Segment Open
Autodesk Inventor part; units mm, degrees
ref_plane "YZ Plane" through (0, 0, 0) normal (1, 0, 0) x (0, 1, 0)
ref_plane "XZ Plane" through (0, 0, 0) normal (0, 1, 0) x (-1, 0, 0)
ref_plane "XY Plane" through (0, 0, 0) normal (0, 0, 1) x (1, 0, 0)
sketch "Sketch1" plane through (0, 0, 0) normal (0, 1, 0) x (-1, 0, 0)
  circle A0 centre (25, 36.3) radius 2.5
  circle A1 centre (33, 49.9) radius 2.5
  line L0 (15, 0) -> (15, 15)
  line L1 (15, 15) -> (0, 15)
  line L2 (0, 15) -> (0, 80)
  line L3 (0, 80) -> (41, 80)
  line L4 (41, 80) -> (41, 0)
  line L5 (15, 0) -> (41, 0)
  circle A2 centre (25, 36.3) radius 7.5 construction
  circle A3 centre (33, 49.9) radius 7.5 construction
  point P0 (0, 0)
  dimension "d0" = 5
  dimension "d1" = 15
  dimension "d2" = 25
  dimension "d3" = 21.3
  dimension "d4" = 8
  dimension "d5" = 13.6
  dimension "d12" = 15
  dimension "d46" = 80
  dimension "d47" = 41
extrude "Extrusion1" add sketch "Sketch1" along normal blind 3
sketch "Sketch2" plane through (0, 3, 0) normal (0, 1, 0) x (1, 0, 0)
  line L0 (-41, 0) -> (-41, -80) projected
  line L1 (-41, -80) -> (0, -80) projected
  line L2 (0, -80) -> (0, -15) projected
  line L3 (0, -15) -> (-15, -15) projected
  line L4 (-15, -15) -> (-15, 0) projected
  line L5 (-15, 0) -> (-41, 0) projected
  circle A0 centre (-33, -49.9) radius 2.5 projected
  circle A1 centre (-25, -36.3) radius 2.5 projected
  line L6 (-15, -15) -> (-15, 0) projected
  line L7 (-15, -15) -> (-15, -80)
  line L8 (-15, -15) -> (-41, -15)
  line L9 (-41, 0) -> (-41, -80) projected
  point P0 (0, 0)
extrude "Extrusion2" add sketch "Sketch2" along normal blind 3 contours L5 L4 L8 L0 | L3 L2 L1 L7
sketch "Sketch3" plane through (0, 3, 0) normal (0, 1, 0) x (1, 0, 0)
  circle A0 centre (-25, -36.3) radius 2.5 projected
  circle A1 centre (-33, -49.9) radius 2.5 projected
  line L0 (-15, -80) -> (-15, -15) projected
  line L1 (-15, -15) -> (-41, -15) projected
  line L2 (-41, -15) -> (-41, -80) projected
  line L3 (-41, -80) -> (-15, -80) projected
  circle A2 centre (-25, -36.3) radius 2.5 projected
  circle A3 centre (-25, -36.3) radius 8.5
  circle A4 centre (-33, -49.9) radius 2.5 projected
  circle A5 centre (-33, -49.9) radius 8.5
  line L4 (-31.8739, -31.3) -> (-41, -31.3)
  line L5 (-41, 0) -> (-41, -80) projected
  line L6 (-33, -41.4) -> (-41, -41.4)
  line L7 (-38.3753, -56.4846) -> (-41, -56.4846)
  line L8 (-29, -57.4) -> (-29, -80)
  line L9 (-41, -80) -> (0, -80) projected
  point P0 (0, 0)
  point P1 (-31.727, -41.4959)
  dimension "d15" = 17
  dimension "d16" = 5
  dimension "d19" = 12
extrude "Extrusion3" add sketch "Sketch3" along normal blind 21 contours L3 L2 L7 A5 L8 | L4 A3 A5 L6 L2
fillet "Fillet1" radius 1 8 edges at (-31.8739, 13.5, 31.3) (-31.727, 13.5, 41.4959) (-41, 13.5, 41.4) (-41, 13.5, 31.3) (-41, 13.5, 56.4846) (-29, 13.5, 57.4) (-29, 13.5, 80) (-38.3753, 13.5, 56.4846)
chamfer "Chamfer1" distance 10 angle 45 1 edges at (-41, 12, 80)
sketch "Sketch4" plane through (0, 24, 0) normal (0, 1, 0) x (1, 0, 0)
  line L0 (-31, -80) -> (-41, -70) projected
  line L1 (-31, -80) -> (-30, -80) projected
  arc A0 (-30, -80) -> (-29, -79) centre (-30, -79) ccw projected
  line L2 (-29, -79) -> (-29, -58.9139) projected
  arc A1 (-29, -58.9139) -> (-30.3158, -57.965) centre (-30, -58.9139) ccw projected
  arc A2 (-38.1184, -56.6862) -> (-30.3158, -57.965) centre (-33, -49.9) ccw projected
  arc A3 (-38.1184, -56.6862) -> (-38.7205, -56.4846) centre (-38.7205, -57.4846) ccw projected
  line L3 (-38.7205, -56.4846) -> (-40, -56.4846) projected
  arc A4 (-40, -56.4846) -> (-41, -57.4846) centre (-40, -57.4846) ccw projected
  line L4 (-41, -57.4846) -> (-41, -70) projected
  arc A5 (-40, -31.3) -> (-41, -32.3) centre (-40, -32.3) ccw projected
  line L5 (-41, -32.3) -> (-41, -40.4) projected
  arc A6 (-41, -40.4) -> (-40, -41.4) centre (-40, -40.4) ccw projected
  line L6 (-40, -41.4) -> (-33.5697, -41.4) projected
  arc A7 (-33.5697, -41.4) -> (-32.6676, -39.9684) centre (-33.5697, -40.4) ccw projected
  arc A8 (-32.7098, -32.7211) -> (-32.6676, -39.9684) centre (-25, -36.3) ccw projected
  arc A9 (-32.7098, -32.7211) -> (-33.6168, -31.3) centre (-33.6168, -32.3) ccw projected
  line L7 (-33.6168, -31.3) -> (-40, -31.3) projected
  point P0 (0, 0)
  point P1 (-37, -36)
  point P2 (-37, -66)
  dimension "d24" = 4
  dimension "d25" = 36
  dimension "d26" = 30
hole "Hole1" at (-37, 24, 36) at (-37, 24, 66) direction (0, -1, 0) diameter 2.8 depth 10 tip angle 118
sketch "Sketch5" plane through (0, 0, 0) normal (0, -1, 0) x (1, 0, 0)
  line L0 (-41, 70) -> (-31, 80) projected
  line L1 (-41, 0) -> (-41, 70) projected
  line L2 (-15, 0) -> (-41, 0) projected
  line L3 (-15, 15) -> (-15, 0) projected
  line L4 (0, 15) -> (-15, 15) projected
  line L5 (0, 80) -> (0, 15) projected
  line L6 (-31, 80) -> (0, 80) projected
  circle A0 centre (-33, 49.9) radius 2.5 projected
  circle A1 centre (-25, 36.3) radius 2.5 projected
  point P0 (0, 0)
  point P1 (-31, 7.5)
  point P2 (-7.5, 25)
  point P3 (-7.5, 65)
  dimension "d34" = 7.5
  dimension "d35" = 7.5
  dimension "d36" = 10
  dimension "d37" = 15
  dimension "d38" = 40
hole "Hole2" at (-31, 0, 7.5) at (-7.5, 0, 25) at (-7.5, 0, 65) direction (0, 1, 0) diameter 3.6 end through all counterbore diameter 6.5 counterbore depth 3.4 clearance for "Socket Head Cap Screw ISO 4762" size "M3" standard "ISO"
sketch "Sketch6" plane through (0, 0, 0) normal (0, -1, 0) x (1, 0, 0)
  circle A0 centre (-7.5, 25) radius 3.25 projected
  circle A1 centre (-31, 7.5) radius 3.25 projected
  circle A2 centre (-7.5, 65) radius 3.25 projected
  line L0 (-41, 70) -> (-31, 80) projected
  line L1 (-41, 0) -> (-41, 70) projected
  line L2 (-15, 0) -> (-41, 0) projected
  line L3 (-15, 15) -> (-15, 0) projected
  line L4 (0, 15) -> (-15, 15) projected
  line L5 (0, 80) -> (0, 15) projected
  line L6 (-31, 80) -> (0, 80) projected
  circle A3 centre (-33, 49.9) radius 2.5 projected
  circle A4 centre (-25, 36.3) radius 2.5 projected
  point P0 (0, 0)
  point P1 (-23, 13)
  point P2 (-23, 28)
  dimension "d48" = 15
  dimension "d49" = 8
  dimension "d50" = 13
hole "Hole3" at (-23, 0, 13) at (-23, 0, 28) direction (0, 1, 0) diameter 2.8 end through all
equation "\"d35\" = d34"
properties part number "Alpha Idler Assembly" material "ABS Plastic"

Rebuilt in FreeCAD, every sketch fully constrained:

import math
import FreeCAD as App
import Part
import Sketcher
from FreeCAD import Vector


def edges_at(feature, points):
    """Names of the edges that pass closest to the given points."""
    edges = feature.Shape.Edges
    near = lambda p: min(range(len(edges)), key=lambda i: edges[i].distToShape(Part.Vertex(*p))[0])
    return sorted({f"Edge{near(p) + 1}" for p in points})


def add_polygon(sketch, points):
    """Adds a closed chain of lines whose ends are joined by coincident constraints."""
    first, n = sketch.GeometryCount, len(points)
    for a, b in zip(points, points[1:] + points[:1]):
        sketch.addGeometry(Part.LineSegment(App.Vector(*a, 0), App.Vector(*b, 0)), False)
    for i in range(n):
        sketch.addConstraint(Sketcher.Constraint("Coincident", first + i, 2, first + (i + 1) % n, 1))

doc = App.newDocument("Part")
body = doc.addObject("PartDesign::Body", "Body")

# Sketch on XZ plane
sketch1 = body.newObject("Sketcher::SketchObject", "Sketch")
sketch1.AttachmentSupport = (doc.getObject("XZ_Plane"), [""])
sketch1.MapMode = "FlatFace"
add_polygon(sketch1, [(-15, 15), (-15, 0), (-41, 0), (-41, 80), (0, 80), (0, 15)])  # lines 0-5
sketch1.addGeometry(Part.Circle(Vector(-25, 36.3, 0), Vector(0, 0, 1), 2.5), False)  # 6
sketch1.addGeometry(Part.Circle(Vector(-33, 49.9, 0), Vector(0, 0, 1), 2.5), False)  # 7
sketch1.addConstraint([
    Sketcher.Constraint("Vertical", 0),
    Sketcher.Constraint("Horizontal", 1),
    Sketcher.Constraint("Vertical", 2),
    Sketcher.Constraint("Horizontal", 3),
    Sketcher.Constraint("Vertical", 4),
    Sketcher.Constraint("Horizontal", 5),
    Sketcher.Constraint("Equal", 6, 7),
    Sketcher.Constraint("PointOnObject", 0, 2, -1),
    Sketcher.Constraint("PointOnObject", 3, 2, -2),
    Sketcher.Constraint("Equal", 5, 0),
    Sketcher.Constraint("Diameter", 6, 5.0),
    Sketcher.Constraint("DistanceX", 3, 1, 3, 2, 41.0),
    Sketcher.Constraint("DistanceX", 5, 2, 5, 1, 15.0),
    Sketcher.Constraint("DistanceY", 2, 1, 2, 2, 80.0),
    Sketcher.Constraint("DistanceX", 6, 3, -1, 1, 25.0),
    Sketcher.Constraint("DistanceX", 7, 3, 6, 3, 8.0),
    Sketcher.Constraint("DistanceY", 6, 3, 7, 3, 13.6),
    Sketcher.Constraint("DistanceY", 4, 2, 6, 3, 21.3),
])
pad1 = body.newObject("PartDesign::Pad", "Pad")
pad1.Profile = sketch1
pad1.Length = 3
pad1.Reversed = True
Segment Closed
Segment Open
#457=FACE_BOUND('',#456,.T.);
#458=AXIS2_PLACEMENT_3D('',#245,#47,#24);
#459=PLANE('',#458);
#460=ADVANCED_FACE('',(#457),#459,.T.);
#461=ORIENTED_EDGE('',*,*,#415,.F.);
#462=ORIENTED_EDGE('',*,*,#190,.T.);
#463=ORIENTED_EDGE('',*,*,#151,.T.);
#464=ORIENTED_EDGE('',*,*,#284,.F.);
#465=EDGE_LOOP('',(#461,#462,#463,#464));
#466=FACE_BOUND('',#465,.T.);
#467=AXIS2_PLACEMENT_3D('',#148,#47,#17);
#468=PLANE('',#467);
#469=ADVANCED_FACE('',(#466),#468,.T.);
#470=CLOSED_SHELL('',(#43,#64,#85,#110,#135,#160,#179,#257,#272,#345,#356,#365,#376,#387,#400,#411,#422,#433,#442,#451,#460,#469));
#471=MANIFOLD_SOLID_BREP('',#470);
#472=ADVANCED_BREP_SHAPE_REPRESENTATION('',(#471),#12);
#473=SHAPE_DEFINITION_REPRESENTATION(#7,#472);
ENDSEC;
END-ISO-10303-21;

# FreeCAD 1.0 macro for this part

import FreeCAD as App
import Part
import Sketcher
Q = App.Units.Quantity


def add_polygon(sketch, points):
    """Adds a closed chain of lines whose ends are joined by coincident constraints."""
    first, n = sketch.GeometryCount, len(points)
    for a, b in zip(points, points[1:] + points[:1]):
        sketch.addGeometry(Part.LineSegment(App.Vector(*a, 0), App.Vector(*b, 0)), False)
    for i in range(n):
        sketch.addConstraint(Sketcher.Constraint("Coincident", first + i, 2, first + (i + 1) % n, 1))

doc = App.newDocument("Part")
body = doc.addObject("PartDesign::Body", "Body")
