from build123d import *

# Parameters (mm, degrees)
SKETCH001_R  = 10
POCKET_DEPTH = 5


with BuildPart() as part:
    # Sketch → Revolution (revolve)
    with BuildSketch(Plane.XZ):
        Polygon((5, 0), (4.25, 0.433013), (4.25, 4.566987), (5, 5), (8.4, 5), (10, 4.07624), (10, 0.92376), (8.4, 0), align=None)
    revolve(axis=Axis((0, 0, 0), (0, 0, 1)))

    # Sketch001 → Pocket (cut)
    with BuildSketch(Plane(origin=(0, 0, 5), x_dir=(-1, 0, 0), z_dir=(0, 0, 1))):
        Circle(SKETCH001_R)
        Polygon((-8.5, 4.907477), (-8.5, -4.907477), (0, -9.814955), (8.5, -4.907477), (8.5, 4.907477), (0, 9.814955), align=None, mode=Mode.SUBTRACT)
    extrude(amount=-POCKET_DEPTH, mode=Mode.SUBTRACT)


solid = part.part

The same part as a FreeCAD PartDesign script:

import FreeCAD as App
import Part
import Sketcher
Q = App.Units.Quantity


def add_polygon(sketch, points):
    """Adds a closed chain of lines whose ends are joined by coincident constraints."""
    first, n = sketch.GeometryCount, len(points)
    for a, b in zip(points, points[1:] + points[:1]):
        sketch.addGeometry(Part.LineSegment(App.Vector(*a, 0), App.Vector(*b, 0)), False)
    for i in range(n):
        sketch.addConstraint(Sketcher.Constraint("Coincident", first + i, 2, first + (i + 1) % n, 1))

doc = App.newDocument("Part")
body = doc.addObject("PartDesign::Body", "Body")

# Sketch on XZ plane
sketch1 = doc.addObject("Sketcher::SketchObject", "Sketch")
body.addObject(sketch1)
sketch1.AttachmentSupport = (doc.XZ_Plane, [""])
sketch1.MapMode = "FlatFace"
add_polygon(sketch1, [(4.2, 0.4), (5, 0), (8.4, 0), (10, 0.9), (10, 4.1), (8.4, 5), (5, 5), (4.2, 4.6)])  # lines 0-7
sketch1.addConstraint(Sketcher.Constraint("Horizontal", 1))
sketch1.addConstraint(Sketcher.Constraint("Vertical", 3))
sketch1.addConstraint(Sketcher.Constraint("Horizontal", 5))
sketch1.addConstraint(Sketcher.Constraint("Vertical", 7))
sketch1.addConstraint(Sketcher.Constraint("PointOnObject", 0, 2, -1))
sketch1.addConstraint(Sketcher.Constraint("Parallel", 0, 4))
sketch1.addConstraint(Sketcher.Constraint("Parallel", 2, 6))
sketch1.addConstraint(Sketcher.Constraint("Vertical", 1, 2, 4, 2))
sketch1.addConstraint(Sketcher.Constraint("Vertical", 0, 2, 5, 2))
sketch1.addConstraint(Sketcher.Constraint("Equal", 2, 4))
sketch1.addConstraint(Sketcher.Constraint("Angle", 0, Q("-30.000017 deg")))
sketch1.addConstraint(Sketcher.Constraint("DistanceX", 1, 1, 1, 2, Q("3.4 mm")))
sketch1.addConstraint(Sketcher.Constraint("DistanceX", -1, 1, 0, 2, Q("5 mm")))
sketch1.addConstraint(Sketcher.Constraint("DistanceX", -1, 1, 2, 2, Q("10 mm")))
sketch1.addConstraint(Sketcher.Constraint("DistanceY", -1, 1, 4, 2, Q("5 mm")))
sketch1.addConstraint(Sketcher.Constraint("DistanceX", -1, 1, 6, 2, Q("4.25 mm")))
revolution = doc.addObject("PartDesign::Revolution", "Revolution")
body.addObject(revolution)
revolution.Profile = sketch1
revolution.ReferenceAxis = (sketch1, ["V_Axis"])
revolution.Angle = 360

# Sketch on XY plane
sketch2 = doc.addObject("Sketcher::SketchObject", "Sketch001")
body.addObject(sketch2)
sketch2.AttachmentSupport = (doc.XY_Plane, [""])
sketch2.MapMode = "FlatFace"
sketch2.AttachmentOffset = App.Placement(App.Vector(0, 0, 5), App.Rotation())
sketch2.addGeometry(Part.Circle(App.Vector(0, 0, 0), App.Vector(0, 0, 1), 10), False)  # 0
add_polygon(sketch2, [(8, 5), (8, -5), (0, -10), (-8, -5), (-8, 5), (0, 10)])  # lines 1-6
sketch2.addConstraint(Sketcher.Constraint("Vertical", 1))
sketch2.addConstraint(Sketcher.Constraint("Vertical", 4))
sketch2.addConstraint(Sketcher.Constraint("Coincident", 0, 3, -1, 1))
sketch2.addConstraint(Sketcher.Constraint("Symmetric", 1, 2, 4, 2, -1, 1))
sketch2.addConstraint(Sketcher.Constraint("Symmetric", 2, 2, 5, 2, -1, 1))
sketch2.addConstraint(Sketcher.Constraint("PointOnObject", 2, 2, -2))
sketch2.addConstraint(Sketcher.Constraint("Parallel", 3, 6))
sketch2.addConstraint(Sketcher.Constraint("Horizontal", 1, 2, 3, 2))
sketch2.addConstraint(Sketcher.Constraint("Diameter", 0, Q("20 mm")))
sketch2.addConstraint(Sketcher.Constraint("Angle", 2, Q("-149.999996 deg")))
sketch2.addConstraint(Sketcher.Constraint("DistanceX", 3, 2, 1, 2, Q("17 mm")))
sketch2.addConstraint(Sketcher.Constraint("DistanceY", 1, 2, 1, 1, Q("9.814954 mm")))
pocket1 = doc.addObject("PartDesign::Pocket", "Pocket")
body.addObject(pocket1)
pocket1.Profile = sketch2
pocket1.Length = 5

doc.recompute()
Segment Closed
Segment Open
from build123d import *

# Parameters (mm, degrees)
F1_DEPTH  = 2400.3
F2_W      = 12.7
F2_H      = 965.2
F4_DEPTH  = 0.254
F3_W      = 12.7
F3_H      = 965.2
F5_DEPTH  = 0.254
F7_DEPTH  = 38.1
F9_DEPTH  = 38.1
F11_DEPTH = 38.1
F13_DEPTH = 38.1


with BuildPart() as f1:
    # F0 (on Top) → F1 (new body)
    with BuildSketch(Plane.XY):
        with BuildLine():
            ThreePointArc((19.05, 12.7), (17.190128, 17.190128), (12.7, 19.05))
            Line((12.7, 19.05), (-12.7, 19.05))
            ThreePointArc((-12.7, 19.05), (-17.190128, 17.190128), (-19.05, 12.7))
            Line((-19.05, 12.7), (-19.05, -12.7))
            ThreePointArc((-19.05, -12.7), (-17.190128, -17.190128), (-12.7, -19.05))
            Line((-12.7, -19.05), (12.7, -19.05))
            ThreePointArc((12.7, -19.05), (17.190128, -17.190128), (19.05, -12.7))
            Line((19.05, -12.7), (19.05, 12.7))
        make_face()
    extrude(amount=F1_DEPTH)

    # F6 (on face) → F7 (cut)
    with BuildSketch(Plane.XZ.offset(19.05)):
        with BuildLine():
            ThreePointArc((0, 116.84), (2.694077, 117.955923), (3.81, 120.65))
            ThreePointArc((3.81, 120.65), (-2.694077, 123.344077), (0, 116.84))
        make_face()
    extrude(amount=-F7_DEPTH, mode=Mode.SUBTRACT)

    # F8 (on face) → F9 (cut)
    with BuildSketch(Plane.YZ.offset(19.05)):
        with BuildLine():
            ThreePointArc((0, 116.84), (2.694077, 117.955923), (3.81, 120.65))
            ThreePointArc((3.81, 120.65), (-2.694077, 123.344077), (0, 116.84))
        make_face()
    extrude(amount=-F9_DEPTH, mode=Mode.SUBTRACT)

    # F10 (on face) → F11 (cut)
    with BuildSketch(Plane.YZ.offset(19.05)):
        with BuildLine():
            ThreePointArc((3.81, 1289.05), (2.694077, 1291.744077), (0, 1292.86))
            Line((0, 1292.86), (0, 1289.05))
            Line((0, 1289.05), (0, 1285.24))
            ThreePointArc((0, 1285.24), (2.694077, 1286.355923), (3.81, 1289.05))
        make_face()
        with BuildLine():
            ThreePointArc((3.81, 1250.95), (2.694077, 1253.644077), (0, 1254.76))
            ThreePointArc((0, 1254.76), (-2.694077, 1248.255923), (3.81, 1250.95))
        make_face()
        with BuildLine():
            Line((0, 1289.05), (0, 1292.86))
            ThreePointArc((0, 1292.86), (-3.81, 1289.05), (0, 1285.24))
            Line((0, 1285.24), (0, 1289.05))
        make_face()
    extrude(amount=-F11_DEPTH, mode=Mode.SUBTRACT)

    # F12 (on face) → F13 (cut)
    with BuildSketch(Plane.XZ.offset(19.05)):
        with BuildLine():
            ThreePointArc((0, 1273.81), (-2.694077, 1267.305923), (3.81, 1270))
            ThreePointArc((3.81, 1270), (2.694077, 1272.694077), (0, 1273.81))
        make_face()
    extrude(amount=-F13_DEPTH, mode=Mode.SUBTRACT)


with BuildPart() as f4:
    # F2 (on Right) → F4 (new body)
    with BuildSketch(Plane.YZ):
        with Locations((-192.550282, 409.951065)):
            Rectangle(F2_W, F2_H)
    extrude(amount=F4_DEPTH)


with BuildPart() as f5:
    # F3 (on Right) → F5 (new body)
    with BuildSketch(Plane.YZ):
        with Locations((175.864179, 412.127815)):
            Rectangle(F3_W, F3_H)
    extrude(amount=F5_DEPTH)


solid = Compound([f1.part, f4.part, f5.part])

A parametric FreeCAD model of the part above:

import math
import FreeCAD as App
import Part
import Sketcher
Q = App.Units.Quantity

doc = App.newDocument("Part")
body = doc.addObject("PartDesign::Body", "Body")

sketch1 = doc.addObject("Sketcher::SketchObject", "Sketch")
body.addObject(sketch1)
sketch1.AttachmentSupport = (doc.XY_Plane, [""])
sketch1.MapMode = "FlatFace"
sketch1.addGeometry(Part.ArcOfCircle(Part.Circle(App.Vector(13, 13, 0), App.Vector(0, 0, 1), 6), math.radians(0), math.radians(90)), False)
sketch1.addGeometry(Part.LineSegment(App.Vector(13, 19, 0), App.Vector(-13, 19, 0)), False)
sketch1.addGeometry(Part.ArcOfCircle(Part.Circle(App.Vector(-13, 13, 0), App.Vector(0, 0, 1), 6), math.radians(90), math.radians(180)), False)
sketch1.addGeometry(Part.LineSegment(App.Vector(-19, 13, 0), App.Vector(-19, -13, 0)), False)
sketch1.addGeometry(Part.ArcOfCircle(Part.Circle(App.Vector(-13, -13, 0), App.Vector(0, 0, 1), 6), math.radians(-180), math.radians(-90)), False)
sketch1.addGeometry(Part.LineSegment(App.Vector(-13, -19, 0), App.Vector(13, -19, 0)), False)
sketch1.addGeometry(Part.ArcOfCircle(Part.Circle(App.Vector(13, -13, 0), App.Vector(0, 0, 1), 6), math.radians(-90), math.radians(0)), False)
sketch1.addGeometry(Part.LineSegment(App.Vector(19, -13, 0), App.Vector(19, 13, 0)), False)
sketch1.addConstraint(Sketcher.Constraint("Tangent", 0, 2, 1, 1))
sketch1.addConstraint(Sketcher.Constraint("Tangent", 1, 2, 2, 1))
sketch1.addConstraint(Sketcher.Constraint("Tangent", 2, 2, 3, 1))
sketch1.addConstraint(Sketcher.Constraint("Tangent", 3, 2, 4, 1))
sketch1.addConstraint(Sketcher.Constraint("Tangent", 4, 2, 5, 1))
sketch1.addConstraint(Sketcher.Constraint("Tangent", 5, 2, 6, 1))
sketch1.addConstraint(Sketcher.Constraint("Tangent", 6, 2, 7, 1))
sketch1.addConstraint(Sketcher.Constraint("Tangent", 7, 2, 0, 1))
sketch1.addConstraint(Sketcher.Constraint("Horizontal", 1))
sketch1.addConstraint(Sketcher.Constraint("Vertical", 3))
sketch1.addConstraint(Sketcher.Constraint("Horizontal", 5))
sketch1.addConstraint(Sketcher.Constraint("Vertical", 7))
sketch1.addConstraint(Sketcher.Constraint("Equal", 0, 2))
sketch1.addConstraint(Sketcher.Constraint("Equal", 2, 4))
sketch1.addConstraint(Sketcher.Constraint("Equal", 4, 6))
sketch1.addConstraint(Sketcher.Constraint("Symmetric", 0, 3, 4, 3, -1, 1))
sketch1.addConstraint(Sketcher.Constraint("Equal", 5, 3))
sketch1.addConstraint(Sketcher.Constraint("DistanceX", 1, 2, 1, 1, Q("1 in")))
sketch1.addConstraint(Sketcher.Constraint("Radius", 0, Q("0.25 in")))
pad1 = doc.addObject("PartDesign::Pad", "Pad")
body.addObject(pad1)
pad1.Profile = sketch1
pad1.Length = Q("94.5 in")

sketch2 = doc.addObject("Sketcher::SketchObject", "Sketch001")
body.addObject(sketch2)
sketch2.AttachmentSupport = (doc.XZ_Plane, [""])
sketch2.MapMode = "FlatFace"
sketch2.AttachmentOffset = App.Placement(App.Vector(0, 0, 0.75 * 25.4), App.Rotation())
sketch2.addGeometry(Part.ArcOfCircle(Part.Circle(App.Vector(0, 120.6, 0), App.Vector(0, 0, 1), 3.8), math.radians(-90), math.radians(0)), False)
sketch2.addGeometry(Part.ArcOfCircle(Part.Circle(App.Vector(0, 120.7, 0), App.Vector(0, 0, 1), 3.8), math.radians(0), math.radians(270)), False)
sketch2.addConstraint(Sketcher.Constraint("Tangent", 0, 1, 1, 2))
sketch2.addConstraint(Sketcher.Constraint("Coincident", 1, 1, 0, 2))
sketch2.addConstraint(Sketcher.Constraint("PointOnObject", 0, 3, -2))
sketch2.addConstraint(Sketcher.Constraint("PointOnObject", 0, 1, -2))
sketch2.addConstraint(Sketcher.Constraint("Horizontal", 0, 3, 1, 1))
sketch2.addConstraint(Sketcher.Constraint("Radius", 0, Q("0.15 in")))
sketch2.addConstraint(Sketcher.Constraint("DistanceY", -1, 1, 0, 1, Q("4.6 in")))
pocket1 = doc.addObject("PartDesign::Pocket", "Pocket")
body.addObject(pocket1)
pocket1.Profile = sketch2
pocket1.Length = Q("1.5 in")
Segment Closed
Identify every line above with the string "SUBTRACT" in it. Copy those lines.

        Polygon((-8.5, 4.907477), (-8.5, -4.907477), (0, -9.814955), (8.5, -4.907477), (8.5, 4.907477), (0, 9.814955), align=None, mode=Mode.SUBTRACT)
    extrude(amount=-POCKET_DEPTH, mode=Mode.SUBTRACT)
    extrude(amount=-F7_DEPTH, mode=Mode.SUBTRACT)
    extrude(amount=-F9_DEPTH, mode=Mode.SUBTRACT)
    extrude(amount=-F11_DEPTH, mode=Mode.SUBTRACT)
    extrude(amount=-F13_DEPTH, mode=Mode.SUBTRACT)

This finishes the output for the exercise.